-- REQUIREMENT --
How do the records below read from their first line through the line containing "Circle(SKETCH2_R_2, mode=Mode.SUBTRACT)"? Write those lines out exactly.

INPUT FOR THIS TASK section start

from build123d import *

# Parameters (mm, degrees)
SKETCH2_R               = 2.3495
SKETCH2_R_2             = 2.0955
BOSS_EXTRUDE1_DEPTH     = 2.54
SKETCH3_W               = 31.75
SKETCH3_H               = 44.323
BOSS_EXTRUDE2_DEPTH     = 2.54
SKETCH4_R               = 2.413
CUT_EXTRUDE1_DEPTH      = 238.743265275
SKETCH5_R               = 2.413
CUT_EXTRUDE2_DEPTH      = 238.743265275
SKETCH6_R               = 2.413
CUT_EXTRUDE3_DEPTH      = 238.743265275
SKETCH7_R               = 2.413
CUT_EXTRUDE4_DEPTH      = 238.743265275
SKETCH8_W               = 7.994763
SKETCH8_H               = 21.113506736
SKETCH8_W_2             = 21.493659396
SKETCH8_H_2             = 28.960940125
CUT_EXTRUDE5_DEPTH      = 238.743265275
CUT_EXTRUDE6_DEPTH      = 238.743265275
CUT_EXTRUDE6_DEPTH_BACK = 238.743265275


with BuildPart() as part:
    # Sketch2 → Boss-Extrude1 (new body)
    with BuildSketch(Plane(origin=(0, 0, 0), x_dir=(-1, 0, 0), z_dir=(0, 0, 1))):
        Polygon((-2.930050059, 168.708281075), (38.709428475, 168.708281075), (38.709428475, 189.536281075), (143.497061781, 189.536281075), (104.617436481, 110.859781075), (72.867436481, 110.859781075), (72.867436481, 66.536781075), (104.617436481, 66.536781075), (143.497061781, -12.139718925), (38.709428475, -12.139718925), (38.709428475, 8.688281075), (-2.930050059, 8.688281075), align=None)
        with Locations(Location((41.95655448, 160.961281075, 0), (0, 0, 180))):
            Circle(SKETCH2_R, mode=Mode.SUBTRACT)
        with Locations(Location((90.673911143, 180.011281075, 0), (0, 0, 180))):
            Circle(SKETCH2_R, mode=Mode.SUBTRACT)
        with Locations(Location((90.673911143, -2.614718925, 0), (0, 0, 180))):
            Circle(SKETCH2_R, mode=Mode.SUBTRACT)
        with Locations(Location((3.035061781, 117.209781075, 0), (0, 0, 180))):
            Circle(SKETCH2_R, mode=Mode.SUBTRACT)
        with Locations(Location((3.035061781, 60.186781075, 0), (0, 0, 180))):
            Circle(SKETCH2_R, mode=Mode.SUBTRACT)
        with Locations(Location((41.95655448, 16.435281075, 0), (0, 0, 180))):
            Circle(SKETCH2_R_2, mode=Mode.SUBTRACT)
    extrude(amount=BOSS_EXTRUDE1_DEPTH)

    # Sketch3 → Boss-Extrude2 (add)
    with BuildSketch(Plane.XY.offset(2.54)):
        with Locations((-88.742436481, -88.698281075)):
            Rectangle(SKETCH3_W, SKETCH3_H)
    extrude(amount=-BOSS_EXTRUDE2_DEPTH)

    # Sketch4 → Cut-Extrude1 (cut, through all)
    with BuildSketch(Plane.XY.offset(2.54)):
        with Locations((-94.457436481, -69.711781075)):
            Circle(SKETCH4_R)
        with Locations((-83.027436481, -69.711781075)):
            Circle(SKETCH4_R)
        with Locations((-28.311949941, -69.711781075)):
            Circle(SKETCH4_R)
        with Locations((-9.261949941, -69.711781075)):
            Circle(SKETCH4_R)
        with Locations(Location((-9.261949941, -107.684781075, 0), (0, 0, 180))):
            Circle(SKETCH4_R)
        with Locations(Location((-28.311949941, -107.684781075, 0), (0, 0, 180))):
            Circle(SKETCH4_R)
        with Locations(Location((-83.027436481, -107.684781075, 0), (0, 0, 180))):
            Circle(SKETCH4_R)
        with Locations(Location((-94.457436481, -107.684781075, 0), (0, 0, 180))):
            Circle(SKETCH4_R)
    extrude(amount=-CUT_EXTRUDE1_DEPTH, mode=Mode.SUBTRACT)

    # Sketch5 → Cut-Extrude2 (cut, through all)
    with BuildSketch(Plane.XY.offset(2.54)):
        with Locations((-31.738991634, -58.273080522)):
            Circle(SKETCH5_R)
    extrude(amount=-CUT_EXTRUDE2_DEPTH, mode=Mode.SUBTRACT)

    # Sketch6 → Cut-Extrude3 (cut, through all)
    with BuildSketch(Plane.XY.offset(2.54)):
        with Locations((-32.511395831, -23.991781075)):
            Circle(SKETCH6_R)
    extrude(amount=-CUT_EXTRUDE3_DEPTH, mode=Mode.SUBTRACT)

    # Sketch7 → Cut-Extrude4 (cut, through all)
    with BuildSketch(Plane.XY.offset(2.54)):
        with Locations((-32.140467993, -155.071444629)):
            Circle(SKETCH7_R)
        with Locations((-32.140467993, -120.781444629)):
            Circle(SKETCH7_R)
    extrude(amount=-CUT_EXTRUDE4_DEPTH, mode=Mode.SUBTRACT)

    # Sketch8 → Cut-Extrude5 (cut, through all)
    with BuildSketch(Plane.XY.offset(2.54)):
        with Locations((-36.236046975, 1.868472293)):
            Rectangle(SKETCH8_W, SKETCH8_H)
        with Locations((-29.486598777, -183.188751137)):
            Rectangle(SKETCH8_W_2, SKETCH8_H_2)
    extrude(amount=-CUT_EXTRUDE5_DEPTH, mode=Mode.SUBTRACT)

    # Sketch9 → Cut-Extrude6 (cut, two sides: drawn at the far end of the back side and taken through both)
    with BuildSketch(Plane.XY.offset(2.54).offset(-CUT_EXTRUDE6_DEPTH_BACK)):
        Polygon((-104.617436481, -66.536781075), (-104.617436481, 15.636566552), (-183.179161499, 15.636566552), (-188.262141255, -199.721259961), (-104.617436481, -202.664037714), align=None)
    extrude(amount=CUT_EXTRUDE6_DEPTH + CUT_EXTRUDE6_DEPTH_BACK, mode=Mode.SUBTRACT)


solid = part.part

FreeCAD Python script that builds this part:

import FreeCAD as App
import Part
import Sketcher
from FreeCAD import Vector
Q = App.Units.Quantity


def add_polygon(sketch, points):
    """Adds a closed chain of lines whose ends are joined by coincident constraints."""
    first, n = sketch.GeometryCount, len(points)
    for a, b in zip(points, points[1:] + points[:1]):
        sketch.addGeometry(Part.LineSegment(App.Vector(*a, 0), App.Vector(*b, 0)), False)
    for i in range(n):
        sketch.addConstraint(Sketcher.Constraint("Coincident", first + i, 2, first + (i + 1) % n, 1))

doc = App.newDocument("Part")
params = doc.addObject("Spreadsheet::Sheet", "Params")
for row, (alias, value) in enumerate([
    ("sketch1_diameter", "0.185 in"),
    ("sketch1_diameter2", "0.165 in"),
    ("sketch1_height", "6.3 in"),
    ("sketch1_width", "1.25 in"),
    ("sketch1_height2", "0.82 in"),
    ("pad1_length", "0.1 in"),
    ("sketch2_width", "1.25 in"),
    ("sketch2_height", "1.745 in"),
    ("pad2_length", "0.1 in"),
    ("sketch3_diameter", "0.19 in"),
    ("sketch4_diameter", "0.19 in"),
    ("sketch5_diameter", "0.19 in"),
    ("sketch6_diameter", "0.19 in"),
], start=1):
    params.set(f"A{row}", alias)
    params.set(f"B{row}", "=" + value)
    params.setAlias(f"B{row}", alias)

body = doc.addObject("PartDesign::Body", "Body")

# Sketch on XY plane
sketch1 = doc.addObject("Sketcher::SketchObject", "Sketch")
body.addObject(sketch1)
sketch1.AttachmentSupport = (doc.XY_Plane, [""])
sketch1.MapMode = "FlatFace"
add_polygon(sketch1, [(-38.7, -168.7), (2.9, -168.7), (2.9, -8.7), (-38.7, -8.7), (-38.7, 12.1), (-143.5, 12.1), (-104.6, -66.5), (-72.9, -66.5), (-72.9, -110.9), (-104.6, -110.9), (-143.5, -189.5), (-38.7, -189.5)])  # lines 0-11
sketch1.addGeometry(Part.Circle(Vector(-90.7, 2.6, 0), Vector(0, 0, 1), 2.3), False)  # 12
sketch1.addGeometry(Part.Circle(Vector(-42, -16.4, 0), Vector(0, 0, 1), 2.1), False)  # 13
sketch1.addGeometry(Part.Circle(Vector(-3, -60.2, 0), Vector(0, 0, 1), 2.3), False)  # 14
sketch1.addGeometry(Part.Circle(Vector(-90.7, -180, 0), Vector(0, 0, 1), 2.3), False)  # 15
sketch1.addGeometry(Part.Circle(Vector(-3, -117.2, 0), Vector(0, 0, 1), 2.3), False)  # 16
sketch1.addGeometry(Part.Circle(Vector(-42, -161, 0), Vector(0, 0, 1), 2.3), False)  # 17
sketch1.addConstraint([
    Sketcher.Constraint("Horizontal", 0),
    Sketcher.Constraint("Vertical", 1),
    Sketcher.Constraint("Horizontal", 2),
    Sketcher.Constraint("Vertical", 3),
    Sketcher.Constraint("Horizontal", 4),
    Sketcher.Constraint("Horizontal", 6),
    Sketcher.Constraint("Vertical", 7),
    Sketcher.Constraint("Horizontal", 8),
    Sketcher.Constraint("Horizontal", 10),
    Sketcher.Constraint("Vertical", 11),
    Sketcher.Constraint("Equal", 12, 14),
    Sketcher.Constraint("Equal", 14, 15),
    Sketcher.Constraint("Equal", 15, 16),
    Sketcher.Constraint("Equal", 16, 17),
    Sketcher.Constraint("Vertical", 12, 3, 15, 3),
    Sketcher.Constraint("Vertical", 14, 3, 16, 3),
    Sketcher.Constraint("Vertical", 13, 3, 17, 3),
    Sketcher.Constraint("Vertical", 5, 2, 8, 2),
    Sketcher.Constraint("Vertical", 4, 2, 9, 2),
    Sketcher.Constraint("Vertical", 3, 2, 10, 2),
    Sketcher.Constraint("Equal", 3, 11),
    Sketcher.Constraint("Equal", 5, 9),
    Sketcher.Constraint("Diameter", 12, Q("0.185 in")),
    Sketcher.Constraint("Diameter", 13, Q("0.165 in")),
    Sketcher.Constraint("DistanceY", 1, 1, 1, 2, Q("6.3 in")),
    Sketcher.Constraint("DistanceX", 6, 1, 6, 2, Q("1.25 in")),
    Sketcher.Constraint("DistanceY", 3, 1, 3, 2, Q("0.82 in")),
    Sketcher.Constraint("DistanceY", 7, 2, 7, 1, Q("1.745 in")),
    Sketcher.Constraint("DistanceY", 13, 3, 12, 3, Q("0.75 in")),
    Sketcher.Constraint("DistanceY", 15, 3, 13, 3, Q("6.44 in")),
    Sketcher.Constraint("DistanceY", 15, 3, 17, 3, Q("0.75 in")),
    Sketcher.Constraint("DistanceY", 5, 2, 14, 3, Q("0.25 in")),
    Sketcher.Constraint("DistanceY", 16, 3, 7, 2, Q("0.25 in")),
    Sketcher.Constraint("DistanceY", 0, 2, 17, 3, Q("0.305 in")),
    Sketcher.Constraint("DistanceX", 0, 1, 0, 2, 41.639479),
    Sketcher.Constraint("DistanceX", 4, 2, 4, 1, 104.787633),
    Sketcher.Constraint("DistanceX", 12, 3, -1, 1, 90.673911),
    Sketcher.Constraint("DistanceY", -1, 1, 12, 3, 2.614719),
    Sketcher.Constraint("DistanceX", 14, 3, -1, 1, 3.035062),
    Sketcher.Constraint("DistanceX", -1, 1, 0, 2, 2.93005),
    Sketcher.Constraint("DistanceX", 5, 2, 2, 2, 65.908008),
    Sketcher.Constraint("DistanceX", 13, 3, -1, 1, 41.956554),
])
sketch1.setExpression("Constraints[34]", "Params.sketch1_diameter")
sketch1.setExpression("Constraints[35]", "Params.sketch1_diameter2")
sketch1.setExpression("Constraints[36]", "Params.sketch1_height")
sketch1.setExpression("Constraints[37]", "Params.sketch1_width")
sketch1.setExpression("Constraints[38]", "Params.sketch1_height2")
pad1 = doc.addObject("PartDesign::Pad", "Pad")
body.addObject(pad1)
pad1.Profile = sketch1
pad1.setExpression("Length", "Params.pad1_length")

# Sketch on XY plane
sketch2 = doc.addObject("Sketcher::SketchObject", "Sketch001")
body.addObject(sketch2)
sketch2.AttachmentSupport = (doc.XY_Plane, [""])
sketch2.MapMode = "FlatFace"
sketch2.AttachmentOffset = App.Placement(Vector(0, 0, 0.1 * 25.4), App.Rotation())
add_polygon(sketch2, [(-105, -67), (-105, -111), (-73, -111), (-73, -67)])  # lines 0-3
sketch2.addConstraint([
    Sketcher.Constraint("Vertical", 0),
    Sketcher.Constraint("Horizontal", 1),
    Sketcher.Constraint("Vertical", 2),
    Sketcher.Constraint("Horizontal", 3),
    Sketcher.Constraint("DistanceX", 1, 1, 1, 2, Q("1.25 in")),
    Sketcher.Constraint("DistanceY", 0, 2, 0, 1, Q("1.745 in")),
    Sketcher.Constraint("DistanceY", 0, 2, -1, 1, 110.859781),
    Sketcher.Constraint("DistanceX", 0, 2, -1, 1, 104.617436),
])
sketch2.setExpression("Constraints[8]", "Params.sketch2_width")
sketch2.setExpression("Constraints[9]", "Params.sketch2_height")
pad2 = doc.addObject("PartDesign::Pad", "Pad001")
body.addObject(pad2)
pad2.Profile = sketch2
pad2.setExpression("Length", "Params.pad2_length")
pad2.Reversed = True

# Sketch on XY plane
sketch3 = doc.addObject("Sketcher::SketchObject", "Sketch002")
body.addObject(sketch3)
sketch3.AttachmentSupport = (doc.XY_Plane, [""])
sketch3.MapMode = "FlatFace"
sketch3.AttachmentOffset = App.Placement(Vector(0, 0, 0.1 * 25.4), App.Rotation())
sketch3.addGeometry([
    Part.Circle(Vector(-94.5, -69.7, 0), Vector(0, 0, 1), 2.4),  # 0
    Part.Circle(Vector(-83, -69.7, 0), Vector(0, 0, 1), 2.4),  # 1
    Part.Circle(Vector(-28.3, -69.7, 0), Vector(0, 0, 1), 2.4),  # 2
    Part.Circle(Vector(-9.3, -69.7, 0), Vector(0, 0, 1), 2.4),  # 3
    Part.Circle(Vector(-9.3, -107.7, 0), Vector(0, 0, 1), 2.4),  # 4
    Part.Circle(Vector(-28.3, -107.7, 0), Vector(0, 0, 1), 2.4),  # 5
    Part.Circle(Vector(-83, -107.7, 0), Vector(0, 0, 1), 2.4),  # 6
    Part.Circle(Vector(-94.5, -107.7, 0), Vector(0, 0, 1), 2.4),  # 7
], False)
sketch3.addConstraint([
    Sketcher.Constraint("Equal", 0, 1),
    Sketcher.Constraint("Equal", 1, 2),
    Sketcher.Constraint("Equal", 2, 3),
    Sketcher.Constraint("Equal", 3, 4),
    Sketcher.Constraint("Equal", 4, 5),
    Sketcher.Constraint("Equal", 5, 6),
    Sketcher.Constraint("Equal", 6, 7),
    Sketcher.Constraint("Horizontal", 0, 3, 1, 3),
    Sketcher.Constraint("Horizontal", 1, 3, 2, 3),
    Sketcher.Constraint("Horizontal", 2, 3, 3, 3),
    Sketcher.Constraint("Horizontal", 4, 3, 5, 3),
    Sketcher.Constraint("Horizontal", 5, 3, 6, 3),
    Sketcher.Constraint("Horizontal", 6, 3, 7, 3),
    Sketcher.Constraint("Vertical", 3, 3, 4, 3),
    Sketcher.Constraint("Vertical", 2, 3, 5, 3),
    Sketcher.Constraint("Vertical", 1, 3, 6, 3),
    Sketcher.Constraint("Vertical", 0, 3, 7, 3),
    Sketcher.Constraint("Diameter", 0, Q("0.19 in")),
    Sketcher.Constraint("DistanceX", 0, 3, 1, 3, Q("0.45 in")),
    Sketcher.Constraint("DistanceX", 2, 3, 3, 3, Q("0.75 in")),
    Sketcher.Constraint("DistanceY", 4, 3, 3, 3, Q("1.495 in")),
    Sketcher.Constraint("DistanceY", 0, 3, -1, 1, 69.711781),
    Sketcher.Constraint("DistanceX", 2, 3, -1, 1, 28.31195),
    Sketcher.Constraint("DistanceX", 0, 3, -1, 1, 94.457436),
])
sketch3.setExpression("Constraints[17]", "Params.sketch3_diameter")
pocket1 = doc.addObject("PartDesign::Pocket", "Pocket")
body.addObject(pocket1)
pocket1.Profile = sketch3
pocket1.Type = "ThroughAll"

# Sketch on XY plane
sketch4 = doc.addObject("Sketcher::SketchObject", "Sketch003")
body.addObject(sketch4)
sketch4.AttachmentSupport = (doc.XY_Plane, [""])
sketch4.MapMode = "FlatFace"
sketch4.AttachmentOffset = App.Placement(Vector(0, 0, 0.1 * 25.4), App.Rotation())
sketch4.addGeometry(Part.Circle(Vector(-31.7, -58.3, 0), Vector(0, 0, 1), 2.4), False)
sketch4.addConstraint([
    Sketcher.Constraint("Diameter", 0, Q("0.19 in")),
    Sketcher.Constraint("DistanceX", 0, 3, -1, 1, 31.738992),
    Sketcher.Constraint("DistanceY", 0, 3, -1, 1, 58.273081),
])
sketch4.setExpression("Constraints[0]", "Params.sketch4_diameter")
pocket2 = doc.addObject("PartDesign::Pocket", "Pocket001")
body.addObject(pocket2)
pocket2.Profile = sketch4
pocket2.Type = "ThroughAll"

INPUT FOR THIS TASK section end

-- RESPONSE TO THIS TASK --
from build123d import *

# Parameters (mm, degrees)
SKETCH2_R               = 2.3495
SKETCH2_R_2             = 2.0955
BOSS_EXTRUDE1_DEPTH     = 2.54
SKETCH3_W               = 31.75
SKETCH3_H               = 44.323
BOSS_EXTRUDE2_DEPTH     = 2.54
SKETCH4_R               = 2.413
CUT_EXTRUDE1_DEPTH      = 238.743265275
SKETCH5_R               = 2.413
CUT_EXTRUDE2_DEPTH      = 238.743265275
SKETCH6_R               = 2.413
CUT_EXTRUDE3_DEPTH      = 238.743265275
SKETCH7_R               = 2.413
CUT_EXTRUDE4_DEPTH      = 238.743265275
SKETCH8_W               = 7.994763
SKETCH8_H               = 21.113506736
SKETCH8_W_2             = 21.493659396
SKETCH8_H_2             = 28.960940125
CUT_EXTRUDE5_DEPTH      = 238.743265275
CUT_EXTRUDE6_DEPTH      = 238.743265275
CUT_EXTRUDE6_DEPTH_BACK = 238.743265275


with BuildPart() as part:
    # Sketch2 → Boss-Extrude1 (new body)
    with BuildSketch(Plane(origin=(0, 0, 0), x_dir=(-1, 0, 0), z_dir=(0, 0, 1))):
        Polygon((-2.930050059, 168.708281075), (38.709428475, 168.708281075), (38.709428475, 189.536281075), (143.497061781, 189.536281075), (104.617436481, 110.859781075), (72.867436481, 110.859781075), (72.867436481, 66.536781075), (104.617436481, 66.536781075), (143.497061781, -12.139718925), (38.709428475, -12.139718925), (38.709428475, 8.688281075), (-2.930050059, 8.688281075), align=None)
        with Locations(Location((41.95655448, 160.961281075, 0), (0, 0, 180))):
            Circle(SKETCH2_R, mode=Mode.SUBTRACT)
        with Locations(Location((90.673911143, 180.011281075, 0), (0, 0, 180))):
            Circle(SKETCH2_R, mode=Mode.SUBTRACT)
        with Locations(Location((90.673911143, -2.614718925, 0), (0, 0, 180))):
            Circle(SKETCH2_R, mode=Mode.SUBTRACT)
        with Locations(Location((3.035061781, 117.209781075, 0), (0, 0, 180))):
            Circle(SKETCH2_R, mode=Mode.SUBTRACT)
        with Locations(Location((3.035061781, 60.186781075, 0), (0, 0, 180))):
            Circle(SKETCH2_R, mode=Mode.SUBTRACT)
        with Locations(Location((41.95655448, 16.435281075, 0), (0, 0, 180))):
            Circle(SKETCH2_R_2, mode=Mode.SUBTRACT)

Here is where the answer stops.